__Raw data__.
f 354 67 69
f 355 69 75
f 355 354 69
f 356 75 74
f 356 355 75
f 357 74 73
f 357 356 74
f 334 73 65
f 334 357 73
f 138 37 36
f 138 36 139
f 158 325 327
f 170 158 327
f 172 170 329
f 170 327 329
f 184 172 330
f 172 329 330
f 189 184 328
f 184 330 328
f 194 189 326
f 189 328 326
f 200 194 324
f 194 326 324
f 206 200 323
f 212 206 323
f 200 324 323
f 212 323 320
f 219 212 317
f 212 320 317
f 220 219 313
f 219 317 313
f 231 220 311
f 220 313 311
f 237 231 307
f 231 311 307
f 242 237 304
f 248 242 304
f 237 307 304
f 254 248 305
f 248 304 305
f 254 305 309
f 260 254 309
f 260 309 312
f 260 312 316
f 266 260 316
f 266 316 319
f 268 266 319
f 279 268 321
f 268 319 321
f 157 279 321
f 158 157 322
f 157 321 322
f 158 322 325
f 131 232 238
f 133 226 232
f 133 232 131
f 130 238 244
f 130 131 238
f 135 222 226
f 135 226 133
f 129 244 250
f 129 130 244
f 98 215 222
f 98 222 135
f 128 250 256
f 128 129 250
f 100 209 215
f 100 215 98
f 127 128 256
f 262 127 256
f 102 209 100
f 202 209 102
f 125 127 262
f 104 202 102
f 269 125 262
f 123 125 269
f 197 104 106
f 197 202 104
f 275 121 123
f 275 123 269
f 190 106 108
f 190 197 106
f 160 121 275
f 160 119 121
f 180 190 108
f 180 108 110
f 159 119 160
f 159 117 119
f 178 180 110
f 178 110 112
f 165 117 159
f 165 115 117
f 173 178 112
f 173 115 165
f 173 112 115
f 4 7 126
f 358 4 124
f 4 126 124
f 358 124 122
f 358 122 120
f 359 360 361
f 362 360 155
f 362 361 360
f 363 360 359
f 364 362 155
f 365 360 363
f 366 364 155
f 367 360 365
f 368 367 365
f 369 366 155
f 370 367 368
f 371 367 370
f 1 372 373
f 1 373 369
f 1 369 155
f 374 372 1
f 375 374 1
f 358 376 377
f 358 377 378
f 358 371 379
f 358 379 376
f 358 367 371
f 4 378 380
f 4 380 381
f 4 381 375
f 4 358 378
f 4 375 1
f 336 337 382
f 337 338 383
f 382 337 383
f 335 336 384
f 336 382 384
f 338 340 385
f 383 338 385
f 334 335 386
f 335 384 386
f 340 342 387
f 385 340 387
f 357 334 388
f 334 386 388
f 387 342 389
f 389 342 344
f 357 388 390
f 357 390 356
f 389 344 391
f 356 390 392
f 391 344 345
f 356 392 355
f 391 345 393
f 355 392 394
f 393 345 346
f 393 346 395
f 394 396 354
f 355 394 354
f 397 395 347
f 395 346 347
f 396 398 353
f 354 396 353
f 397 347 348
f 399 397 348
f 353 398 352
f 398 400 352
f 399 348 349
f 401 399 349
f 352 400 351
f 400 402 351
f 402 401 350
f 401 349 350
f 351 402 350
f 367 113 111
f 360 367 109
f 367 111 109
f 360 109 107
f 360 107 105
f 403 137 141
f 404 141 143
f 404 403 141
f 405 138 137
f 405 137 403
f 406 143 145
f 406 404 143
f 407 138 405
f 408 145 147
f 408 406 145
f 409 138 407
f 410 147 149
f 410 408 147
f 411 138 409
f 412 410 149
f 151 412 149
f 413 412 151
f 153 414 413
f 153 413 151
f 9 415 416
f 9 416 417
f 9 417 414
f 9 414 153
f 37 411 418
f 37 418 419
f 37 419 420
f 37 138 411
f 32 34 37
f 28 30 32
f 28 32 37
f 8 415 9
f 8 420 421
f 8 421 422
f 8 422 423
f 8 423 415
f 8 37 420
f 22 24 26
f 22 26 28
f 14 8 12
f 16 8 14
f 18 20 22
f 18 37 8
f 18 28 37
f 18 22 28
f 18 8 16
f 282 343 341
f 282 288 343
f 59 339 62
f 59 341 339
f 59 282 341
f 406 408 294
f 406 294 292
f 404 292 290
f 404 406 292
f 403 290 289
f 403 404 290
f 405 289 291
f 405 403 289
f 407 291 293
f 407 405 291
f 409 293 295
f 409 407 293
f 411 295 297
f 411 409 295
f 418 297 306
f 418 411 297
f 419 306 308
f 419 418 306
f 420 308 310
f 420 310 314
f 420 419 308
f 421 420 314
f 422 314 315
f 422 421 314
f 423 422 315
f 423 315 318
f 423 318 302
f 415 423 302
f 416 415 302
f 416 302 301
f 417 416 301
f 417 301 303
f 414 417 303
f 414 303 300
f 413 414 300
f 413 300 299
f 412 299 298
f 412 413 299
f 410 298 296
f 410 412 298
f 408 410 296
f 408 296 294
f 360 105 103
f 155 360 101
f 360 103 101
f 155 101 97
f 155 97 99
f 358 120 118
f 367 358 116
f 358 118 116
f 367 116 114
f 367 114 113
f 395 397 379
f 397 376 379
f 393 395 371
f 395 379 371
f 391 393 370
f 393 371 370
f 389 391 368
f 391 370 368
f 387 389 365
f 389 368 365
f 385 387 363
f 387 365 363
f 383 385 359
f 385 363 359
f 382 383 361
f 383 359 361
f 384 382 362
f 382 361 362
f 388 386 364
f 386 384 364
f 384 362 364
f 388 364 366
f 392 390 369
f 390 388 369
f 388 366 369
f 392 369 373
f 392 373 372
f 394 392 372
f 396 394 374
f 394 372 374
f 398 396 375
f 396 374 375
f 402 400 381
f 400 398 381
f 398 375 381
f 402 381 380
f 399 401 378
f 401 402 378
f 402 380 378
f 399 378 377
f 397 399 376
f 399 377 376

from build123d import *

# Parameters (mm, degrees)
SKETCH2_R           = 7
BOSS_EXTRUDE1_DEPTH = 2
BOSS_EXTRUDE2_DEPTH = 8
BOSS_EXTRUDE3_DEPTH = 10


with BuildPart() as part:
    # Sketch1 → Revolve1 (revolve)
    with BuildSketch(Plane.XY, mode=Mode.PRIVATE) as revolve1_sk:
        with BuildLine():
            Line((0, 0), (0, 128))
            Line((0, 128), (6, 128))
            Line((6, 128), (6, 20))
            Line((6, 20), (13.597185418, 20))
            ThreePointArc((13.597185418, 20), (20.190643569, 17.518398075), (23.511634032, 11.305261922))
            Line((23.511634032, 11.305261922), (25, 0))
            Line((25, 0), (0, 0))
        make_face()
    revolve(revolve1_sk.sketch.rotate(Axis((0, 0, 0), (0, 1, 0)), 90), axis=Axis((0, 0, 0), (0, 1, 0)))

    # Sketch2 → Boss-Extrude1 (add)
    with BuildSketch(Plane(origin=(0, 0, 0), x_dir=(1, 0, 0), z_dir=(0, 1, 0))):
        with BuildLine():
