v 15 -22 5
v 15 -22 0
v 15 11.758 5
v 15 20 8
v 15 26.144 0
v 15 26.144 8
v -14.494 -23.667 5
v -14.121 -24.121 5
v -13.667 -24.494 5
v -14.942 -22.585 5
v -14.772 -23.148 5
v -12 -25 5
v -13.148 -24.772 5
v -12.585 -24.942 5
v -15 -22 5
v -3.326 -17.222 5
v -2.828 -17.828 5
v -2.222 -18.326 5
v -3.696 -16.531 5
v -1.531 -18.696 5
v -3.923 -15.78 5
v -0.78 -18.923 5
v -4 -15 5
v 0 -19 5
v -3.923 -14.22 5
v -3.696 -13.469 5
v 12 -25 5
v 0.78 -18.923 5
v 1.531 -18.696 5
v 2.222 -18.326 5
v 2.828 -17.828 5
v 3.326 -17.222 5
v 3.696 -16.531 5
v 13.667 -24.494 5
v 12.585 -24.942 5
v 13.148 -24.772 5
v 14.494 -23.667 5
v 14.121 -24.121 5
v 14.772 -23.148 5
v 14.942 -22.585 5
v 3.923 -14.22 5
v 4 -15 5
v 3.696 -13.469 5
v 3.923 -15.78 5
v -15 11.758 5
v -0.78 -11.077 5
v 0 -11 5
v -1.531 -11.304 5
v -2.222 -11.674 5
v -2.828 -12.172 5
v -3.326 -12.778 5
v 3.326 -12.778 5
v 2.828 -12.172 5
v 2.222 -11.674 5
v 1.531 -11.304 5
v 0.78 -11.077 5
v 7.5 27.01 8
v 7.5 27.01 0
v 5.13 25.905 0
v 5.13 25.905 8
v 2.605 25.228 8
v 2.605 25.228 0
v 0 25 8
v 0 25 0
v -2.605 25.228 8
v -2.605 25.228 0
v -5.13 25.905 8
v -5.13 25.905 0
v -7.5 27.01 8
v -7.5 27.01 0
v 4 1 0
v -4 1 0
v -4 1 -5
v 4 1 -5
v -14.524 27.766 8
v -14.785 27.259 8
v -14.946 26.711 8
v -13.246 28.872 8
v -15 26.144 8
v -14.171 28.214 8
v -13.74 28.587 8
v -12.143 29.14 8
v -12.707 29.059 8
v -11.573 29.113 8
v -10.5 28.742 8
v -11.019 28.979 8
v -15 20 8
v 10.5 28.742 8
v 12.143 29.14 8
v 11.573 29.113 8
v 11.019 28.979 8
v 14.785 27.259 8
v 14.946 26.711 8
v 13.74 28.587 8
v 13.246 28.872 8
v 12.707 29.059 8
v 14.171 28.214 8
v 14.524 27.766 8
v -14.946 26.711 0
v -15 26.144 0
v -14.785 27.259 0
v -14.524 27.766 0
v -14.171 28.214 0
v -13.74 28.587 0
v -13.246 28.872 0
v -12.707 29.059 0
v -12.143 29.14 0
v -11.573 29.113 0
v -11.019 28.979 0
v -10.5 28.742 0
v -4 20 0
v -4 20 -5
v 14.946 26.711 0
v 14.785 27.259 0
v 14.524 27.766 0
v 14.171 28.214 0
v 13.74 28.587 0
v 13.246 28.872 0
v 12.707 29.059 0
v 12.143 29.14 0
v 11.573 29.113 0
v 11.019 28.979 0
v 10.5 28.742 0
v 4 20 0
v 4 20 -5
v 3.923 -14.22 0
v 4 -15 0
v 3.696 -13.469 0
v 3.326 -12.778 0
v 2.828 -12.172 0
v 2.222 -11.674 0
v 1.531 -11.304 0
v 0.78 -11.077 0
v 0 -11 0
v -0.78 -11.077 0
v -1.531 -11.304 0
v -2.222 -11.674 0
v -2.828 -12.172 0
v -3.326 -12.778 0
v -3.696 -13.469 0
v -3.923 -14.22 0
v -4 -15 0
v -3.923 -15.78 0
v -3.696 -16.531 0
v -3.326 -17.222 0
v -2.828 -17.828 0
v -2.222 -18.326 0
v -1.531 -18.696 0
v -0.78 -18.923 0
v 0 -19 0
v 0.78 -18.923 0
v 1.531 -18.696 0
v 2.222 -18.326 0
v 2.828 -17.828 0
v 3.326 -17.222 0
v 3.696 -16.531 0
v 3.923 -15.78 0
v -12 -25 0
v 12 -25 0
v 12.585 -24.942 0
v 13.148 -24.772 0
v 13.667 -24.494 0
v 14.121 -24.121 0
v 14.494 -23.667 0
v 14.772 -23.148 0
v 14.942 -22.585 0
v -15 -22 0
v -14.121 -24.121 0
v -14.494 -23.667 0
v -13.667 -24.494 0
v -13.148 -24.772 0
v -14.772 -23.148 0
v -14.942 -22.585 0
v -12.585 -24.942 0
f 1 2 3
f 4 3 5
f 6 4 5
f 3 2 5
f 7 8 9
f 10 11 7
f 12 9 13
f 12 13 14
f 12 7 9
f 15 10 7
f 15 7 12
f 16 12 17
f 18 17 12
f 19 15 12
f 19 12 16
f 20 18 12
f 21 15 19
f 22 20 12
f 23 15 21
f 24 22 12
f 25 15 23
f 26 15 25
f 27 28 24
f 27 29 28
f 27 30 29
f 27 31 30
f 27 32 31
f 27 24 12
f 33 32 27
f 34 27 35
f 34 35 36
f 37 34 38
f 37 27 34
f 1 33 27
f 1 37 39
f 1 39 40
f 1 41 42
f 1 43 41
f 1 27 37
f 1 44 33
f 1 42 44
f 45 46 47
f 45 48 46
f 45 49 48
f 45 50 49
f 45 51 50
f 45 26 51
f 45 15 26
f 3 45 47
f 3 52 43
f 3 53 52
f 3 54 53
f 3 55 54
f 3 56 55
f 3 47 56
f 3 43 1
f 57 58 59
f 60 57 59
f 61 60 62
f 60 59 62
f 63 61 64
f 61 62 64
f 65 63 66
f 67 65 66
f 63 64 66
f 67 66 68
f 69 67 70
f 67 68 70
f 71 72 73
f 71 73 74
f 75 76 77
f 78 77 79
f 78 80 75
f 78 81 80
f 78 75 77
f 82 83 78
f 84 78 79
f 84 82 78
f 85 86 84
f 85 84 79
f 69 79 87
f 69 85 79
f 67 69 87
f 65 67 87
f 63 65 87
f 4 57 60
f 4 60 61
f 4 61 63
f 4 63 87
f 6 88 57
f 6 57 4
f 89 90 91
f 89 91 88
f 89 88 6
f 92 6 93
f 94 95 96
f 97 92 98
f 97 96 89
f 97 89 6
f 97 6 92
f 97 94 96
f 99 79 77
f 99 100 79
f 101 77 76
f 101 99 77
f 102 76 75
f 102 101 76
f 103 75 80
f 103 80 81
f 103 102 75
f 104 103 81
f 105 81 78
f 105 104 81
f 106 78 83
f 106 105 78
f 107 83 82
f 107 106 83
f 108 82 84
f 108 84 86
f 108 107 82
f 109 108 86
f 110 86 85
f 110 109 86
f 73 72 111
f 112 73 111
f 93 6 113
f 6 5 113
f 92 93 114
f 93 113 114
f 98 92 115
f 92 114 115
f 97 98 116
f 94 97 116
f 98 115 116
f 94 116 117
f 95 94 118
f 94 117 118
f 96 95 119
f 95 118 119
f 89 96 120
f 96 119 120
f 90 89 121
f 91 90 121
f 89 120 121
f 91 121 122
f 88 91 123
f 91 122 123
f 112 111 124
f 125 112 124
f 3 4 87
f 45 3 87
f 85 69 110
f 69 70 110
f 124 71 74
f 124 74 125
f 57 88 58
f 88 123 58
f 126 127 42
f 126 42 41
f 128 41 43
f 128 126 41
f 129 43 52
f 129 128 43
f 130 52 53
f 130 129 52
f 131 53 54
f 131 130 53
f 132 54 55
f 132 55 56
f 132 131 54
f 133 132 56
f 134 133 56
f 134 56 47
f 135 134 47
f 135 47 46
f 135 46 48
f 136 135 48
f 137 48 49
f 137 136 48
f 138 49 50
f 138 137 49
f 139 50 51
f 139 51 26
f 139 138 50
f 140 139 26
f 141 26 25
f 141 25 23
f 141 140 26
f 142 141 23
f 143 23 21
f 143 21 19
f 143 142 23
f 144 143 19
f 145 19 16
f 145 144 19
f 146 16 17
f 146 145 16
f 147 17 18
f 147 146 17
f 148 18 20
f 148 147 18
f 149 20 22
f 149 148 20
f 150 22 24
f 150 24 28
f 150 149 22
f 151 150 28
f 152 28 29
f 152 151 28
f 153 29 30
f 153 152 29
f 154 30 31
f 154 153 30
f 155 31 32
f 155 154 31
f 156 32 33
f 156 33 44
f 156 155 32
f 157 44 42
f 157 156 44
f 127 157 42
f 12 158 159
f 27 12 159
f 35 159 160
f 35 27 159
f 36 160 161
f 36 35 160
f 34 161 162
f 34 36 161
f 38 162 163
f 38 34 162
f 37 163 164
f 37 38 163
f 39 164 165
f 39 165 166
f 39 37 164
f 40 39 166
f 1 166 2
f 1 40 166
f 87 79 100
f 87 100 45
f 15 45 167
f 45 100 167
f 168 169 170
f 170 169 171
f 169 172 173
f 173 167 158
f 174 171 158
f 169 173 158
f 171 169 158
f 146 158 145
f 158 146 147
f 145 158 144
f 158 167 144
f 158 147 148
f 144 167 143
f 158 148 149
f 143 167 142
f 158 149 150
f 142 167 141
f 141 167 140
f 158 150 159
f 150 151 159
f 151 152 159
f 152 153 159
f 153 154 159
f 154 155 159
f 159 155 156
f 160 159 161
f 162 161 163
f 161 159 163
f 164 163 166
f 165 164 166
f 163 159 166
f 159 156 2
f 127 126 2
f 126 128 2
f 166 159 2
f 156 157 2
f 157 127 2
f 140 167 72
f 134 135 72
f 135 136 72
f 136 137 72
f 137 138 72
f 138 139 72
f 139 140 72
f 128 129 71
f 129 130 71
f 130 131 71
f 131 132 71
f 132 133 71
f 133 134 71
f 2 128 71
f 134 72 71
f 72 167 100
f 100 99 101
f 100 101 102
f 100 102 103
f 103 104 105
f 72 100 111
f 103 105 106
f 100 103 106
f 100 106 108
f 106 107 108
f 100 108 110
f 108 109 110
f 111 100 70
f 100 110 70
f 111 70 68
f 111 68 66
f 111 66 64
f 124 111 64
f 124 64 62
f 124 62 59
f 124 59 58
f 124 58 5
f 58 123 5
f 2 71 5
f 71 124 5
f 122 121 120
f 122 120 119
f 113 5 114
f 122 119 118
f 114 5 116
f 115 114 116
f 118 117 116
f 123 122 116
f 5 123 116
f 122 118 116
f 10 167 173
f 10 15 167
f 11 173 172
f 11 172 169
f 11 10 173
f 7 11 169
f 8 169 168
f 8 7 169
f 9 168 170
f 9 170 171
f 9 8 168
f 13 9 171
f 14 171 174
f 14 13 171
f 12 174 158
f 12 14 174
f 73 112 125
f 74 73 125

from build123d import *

# Parameters (mm, degrees)
F0_R     = 4
F0_W     = 8
F0_H     = 19
F1_DEPTH = 5
F0_H_2   = 1
F2_DEPTH = 8
F3_DEPTH = 5
F4_R     = 3
F5_SIZE2 = 2.99999
F5_SIZE  = 8.242422


# Not quite as in the source:
# - a fillet or chamfer is up to 0.001 mm smaller than in the source, because OpenCascade refuses the exact size


with BuildPart() as f1:
    # F0 (on Top) → F1 (new body)
    with BuildSketch(Plane.XY):
        Polygon((-15, 20), (-15, -25), (15, -25), (15, 20), (4, 20), (4, 1), (-4, 1), (-4, 20), align=None)
        with Locations((0, -15)):
            Circle(F0_R, mode=Mode.SUBTRACT)
        with Locations((0, 10.5)):
            Rectangle(F0_W, F0_H)
        with BuildLine():
            Line((-15, 25), (-15, 20))
            Line((-15, 20), (-4, 20))
            Line((-4, 20), (-4, 21))
            Line((-4, 21), (4, 21))
            Line((4, 21), (4, 20))
            Line((4, 20), (15, 20))
            Line((15, 20), (15, 25))
            Line((15, 25), (15, 31.3397459622))
            Line((15, 31.3397459622), (7.5, 27.0096189432))
            ThreePointArc((7.5, 27.0096189432), (0, 25), (-7.5, 27.0096189432))
            Line((-7.5, 27.0096189432), (-15, 31.3397459622))
            Line((-15, 31.3397459622), (-15, 25))
        make_face()
    extrude(amount=F1_DEPTH)

    # F0 (on Top) → F2 (join)
    with BuildSketch(Plane.XY):
        with Locations((0, 20.5)):
            Rectangle(F0_W, F0_H_2)
        with BuildLine():
            Line((-15, 25), (-15, 20))
            Line((-15, 20), (-4, 20))
            Line((-4, 20), (-4, 21))
            Line((-4, 21), (4, 21))
            Line((4, 21), (4, 20))
            Line((4, 20), (15, 20))
            Line((15, 20), (15, 25))
            Line((15, 25), (15, 31.3397459622))
            Line((15, 31.3397459622), (7.5, 27.0096189432))
            ThreePointArc((7.5, 27.0096189432), (0, 25), (-7.5, 27.0096189432))
            Line((-7.5, 27.0096189432), (-15, 31.3397459622))
            Line((-15, 31.3397459622), (-15, 25))
        make_face()
    extrude(amount=F2_DEPTH)

    # F0 (on Top) → F3 (join)
    with BuildSketch(Plane.XY):
        with Locations((0, 10.5)):
            Rectangle(F0_W, F0_H)
    extrude(amount=-F3_DEPTH)

    # F4
    f4_edges = [f1.edges().sort_by_distance(p)[0] for p in [
        (-15, 31.339746, 4),
        (15, 31.339746, 4),
        (-15, -25, 2.5),
        (15, -25, 2.5),
    ]]
    fillet(f4_edges, radius=F4_R)

    # F5 (size 8.2424322584 and 3 in the source; OpenCascade refuses exactly that, so slightly less here)
    f5_edges = [f1.edges().sort_by_distance(p)[0] for p in [
        (0, 20, 5),
    ]]
    f5_side = f1.faces().sort_by_distance((0, -1.950066, 5))[0]
    chamfer(f5_edges, length=F5_SIZE, length2=F5_SIZE2, reference=f5_side)


solid = f1.part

__What is expected__.
Reproduce only the lines above, starting at the line with "f 100 101 102" and ending at the line with "f 5 123 116", exactly as written.

__Response to the exercise__.
f 100 101 102
f 100 102 103
f 103 104 105
f 72 100 111
f 103 105 106
f 100 103 106
f 100 106 108
f 106 107 108
f 100 108 110
f 108 109 110
f 111 100 70
f 100 110 70
f 111 70 68
f 111 68 66
f 111 66 64
f 124 111 64
f 124 64 62
f 124 62 59
f 124 59 58
f 124 58 5
f 58 123 5
f 2 71 5
f 71 124 5
f 122 121 120
f 122 120 119
f 113 5 114
f 122 119 118
f 114 5 116
f 115 114 116
f 118 117 116
f 123 122 116
f 5 123 116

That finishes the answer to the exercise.